WHAT IS REQUIRED
Reproduce the entries shown below only from the line with "f 100 96 98" down to the line with "f 118 33 35", keeping both end lines and copying each one exactly.

DATA RECORDS Block Start

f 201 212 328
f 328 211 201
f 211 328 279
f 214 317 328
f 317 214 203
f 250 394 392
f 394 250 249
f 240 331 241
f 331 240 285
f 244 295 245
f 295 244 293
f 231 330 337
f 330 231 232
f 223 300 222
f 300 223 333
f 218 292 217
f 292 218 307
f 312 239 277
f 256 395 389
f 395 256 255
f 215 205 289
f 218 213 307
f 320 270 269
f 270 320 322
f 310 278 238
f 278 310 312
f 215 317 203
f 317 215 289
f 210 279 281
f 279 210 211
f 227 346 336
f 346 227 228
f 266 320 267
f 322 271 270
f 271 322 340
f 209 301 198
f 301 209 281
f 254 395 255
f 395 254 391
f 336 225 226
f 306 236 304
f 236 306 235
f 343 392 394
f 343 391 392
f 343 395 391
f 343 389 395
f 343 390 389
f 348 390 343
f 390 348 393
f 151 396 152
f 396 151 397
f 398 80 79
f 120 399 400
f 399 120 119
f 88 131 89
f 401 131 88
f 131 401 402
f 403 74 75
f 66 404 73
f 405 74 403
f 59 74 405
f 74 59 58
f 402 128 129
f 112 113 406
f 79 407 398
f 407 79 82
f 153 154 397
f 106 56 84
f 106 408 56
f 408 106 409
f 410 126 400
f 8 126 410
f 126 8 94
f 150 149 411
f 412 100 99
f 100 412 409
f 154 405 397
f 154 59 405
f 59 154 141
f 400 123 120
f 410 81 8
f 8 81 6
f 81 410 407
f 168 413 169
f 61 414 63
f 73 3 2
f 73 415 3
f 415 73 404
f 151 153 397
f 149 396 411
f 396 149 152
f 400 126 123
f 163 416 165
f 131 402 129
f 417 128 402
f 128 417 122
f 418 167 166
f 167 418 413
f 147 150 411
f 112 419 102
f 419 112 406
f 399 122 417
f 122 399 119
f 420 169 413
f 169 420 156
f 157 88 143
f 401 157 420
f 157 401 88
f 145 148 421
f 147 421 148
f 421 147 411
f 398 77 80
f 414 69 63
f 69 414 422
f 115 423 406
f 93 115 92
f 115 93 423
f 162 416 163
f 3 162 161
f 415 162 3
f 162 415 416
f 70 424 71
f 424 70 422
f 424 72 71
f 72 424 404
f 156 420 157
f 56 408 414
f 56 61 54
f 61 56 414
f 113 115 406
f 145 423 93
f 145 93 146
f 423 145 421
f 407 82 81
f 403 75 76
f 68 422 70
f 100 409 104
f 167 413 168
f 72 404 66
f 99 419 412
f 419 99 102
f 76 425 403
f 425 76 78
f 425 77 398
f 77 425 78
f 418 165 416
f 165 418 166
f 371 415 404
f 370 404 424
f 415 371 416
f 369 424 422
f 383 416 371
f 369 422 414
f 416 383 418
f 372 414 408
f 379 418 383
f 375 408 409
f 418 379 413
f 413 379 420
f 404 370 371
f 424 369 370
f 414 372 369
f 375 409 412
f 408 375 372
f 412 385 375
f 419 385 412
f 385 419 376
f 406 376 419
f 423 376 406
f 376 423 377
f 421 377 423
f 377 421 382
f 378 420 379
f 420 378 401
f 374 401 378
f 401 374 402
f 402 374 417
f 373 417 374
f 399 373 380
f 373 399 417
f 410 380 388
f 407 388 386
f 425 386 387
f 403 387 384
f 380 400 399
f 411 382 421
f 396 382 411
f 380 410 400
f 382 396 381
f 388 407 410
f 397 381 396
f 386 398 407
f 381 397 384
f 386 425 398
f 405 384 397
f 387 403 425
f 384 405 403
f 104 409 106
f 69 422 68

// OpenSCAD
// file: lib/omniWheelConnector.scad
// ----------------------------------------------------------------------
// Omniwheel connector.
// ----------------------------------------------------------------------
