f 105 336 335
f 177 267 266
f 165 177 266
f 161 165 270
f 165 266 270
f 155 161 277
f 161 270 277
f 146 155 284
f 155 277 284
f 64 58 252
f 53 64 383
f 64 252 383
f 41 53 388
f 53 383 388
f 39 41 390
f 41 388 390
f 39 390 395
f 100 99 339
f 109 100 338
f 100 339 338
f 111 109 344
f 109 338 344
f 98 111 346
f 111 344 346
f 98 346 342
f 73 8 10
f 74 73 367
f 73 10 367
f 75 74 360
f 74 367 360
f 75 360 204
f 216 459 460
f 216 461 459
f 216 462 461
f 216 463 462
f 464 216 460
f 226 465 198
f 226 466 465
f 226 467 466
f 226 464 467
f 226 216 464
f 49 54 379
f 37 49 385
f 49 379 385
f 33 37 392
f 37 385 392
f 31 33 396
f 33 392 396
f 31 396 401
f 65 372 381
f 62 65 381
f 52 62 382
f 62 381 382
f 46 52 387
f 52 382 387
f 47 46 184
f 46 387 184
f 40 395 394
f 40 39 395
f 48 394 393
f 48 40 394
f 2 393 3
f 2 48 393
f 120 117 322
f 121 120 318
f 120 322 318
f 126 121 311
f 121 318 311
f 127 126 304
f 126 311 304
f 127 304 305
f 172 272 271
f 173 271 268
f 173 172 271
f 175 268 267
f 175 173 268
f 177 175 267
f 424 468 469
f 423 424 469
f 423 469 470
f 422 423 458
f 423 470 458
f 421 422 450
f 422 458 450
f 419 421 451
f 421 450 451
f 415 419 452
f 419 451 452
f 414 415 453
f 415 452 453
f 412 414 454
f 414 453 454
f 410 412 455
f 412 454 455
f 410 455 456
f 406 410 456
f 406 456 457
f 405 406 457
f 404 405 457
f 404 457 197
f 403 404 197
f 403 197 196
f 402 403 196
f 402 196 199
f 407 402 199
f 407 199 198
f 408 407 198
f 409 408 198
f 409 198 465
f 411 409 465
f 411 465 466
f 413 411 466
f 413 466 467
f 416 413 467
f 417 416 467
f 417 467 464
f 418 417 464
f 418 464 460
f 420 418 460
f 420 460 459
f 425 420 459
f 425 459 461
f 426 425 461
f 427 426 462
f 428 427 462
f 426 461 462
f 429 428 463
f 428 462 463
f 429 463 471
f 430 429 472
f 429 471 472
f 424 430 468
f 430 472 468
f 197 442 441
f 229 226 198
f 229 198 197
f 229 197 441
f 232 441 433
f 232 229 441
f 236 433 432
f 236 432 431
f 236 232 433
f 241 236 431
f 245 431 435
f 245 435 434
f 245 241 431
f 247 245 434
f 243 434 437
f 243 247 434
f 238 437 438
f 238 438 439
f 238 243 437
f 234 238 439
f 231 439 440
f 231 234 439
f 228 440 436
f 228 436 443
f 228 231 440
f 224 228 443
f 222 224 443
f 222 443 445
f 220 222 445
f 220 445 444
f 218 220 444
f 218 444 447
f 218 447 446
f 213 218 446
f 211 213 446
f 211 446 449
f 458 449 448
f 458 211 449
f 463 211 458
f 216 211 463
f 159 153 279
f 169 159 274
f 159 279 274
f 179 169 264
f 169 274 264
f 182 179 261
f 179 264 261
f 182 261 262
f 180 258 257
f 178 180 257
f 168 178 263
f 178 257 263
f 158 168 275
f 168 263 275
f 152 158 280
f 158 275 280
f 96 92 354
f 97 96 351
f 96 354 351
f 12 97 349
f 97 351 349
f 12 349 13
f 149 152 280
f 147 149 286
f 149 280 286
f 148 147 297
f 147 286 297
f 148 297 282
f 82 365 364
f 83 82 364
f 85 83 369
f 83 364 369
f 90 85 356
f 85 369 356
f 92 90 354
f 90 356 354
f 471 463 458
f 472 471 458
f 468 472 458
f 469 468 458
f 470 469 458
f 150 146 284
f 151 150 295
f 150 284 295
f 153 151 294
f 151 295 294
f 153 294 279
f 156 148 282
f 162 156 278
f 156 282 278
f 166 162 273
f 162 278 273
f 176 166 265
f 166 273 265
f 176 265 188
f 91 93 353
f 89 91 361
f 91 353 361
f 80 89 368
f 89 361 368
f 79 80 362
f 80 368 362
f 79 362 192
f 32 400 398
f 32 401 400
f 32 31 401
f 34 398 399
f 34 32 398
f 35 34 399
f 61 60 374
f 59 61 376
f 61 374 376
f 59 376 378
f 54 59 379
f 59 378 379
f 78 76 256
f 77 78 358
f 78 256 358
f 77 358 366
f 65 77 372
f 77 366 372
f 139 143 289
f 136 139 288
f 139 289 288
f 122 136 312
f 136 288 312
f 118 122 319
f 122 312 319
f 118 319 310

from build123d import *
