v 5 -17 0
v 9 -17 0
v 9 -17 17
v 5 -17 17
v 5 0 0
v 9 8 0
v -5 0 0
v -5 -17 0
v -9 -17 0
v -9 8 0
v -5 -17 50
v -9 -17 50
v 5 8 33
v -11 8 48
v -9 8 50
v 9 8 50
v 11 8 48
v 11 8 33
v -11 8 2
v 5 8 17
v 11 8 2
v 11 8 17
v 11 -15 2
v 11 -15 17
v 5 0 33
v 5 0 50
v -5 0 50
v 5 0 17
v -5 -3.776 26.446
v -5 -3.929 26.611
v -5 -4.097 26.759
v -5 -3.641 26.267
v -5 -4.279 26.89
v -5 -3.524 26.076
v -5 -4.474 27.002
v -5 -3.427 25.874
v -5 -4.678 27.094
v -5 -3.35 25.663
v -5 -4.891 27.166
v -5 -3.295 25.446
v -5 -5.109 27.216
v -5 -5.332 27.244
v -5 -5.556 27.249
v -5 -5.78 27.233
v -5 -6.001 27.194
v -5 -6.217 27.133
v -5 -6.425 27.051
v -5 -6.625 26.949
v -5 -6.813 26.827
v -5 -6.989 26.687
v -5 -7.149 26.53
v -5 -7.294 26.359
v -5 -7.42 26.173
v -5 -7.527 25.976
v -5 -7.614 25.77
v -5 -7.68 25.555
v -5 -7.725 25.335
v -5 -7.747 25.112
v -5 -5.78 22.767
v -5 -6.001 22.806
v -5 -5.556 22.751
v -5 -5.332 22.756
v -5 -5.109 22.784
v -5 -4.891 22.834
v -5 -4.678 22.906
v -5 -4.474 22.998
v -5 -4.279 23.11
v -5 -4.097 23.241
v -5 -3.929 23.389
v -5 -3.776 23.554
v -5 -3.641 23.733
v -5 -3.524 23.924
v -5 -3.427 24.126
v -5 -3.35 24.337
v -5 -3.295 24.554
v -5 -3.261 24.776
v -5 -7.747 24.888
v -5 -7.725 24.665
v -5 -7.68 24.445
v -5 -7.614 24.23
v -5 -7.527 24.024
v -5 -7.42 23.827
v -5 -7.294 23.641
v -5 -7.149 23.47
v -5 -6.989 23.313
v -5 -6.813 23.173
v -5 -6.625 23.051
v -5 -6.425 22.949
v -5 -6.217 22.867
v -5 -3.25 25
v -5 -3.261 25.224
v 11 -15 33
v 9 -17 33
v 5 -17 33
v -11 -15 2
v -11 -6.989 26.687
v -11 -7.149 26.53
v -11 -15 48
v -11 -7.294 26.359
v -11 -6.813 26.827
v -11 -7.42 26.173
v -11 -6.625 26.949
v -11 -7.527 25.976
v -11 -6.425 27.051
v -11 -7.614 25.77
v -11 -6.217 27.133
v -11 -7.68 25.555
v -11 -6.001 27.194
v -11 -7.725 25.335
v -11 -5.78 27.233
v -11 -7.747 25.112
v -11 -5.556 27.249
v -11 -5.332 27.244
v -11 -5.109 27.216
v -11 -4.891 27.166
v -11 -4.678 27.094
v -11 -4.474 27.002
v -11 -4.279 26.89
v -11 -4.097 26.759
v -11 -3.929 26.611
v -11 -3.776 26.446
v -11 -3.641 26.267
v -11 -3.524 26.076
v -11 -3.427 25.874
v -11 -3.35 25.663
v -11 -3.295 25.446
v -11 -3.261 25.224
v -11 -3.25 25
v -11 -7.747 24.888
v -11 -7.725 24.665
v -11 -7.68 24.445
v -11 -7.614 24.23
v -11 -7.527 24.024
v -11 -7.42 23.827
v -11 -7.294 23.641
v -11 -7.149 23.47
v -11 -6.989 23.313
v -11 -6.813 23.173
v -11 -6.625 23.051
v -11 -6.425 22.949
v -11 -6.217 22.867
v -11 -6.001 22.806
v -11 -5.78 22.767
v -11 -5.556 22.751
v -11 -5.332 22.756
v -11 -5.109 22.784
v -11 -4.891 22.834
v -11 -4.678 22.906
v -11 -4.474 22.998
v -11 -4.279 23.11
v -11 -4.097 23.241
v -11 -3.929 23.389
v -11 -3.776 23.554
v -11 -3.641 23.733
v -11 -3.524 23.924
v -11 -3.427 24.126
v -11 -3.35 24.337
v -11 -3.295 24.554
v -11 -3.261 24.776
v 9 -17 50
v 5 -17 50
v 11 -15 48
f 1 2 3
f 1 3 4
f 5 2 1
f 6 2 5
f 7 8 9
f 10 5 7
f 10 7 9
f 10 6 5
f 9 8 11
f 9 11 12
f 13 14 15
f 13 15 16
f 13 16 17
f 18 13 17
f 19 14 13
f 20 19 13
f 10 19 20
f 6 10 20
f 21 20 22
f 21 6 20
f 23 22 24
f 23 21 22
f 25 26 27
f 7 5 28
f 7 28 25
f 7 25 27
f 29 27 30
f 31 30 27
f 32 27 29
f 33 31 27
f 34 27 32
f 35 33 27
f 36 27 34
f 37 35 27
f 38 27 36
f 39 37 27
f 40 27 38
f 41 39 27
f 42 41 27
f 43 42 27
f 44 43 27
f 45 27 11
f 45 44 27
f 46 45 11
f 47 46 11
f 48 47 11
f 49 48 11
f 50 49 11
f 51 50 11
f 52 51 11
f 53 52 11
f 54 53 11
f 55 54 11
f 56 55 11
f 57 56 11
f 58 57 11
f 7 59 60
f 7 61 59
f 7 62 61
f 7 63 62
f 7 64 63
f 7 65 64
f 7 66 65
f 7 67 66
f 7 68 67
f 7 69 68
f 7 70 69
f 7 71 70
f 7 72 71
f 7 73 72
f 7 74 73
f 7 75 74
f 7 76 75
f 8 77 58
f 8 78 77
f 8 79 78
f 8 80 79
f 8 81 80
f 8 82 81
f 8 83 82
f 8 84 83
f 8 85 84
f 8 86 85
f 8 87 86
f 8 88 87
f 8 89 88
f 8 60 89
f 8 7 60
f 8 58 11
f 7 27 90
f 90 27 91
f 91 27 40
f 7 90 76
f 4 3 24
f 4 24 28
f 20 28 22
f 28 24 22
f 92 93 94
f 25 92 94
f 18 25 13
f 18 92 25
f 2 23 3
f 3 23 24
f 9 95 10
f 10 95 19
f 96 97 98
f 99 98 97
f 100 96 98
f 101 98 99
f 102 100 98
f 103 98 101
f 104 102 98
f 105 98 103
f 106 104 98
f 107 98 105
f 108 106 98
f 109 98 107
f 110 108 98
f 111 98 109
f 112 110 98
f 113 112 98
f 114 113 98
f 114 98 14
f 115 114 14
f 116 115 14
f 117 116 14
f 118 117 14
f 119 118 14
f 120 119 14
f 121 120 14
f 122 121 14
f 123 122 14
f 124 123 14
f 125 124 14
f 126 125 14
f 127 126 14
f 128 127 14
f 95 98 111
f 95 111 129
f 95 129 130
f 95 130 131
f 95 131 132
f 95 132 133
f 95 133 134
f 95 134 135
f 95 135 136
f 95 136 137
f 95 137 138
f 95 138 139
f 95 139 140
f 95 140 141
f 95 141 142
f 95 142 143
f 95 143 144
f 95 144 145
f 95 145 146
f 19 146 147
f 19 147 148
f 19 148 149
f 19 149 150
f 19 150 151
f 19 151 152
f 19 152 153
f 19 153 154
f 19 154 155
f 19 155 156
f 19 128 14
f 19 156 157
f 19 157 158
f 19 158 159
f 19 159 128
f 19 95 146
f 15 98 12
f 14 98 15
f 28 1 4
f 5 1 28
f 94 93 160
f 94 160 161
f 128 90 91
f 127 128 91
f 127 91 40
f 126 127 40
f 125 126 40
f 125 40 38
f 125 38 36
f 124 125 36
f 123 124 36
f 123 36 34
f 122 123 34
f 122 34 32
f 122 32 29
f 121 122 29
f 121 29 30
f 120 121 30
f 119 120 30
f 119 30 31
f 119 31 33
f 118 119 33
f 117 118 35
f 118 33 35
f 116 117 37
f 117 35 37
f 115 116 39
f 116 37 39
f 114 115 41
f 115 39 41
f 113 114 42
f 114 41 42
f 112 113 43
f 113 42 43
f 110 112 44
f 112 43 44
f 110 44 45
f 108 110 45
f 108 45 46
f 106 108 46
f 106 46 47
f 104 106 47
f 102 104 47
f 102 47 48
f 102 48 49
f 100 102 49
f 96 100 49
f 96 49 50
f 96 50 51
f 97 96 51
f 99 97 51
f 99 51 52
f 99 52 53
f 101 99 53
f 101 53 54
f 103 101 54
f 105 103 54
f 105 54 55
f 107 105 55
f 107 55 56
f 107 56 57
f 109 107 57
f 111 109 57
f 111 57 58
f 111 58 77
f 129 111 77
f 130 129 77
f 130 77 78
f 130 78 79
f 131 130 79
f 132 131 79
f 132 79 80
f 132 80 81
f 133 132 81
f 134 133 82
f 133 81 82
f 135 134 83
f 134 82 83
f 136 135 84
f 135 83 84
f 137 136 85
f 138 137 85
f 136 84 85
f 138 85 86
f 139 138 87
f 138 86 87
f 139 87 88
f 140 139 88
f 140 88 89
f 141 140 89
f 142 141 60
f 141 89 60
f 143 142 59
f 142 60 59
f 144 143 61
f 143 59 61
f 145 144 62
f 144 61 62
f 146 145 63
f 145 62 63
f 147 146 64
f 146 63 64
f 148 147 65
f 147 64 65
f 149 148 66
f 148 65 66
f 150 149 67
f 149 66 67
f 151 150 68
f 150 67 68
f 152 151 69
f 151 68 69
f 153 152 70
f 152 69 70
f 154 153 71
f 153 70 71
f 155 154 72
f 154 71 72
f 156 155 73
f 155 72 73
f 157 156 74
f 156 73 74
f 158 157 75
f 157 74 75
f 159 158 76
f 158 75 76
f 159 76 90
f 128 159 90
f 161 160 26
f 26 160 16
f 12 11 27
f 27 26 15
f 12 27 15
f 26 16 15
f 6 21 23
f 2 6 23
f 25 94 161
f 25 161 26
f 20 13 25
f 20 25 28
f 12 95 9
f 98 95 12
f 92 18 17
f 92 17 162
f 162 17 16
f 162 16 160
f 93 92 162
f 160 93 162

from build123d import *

# Parameters (mm, degrees)
ESTRUSIONE_ESTRUSIONE1_DEPTH = 50
SCHIZZO2_W                   = 16
SCHIZZO2_H                   = 25
TAGLIO_ESTRUSIONE1_DEPTH     = 6
SCHIZZO3_R                   = 2.25
TAGLIO_ESTRUSIONE2_DEPTH     = 10
SMUSSO1_SIZE                 = 2


with BuildPart() as part:
    # Schizzo1 → Estrusione-Estrusione1 (new body)
    with BuildSketch(Plane.XY):
        Polygon((5, 0), (-5, 0), (-5, -17), (-11, -17), (-11, 8), (11, 8), (11, -17), (5, -17), align=None)
    extrude(amount=ESTRUSIONE_ESTRUSIONE1_DEPTH)

    # Schizzo2 → Taglio-Estrusione1 (cut)
    with BuildSketch(Plane(origin=(11, 0, 0), x_dir=(0, 0, -1), z_dir=(1, 0, 0))):
        with Locations((-25, -4.5)):
            Rectangle(SCHIZZO2_W, SCHIZZO2_H)
    extrude(amount=-TAGLIO_ESTRUSIONE1_DEPTH, mode=Mode.SUBTRACT)

    # Schizzo3 → Taglio-Estrusione2 (cut)
    with BuildSketch(Plane(origin=(-5, 0, 0), x_dir=(0, 0, -1), z_dir=(1, 0, 0))):
        with Locations(Location((-25, -5.5, 0), (0, 0, 90))):
            Circle(SCHIZZO3_R)
    extrude(amount=-TAGLIO_ESTRUSIONE2_DEPTH, mode=Mode.SUBTRACT)

    # Smusso1
    smusso1_edges = [part.edges().sort_by_distance(p)[0] for p in [
        (11, -4.5, 0),
        (11, -4.5, 50),
        (-11, -17, 25),
        (11, -17, 41.5),
        (-11, -4.5, 50),
        (11, -17, 8.5),
        (-11, -4.5, 0),
    ]]
    chamfer(smusso1_edges, length=SMUSSO1_SIZE)


solid = part.part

DATA RECORDS Block End

TASK OUTPUT
f 100 96 98
f 101 98 99
f 102 100 98
f 103 98 101
f 104 102 98
f 105 98 103
f 106 104 98
f 107 98 105
f 108 106 98
f 109 98 107
f 110 108 98
f 111 98 109
f 112 110 98
f 113 112 98
f 114 113 98
f 114 98 14
f 115 114 14
f 116 115 14
f 117 116 14
f 118 117 14
f 119 118 14
f 120 119 14
f 121 120 14
f 122 121 14
f 123 122 14
f 124 123 14
f 125 124 14
f 126 125 14
f 127 126 14
f 128 127 14
f 95 98 111
f 95 111 129
f 95 129 130
f 95 130 131
f 95 131 132
f 95 132 133
f 95 133 134
f 95 134 135
f 95 135 136
f 95 136 137
f 95 137 138
f 95 138 139
f 95 139 140
f 95 140 141
f 95 141 142
f 95 142 143
f 95 143 144
f 95 144 145
f 95 145 146
f 19 146 147
f 19 147 148
f 19 148 149
f 19 149 150
f 19 150 151
f 19 151 152
f 19 152 153
f 19 153 154
f 19 154 155
f 19 155 156
f 19 128 14
f 19 156 157
f 19 157 158
f 19 158 159
f 19 159 128
f 19 95 146
f 15 98 12
f 14 98 15
f 28 1 4
f 5 1 28
f 94 93 160
f 94 160 161
f 128 90 91
f 127 128 91
f 127 91 40
f 126 127 40
f 125 126 40
f 125 40 38
f 125 38 36
f 124 125 36
f 123 124 36
f 123 36 34
f 122 123 34
f 122 34 32
f 122 32 29
f 121 122 29
f 121 29 30
f 120 121 30
f 119 120 30
f 119 30 31
f 119 31 33
f 118 119 33
f 117 118 35
f 118 33 35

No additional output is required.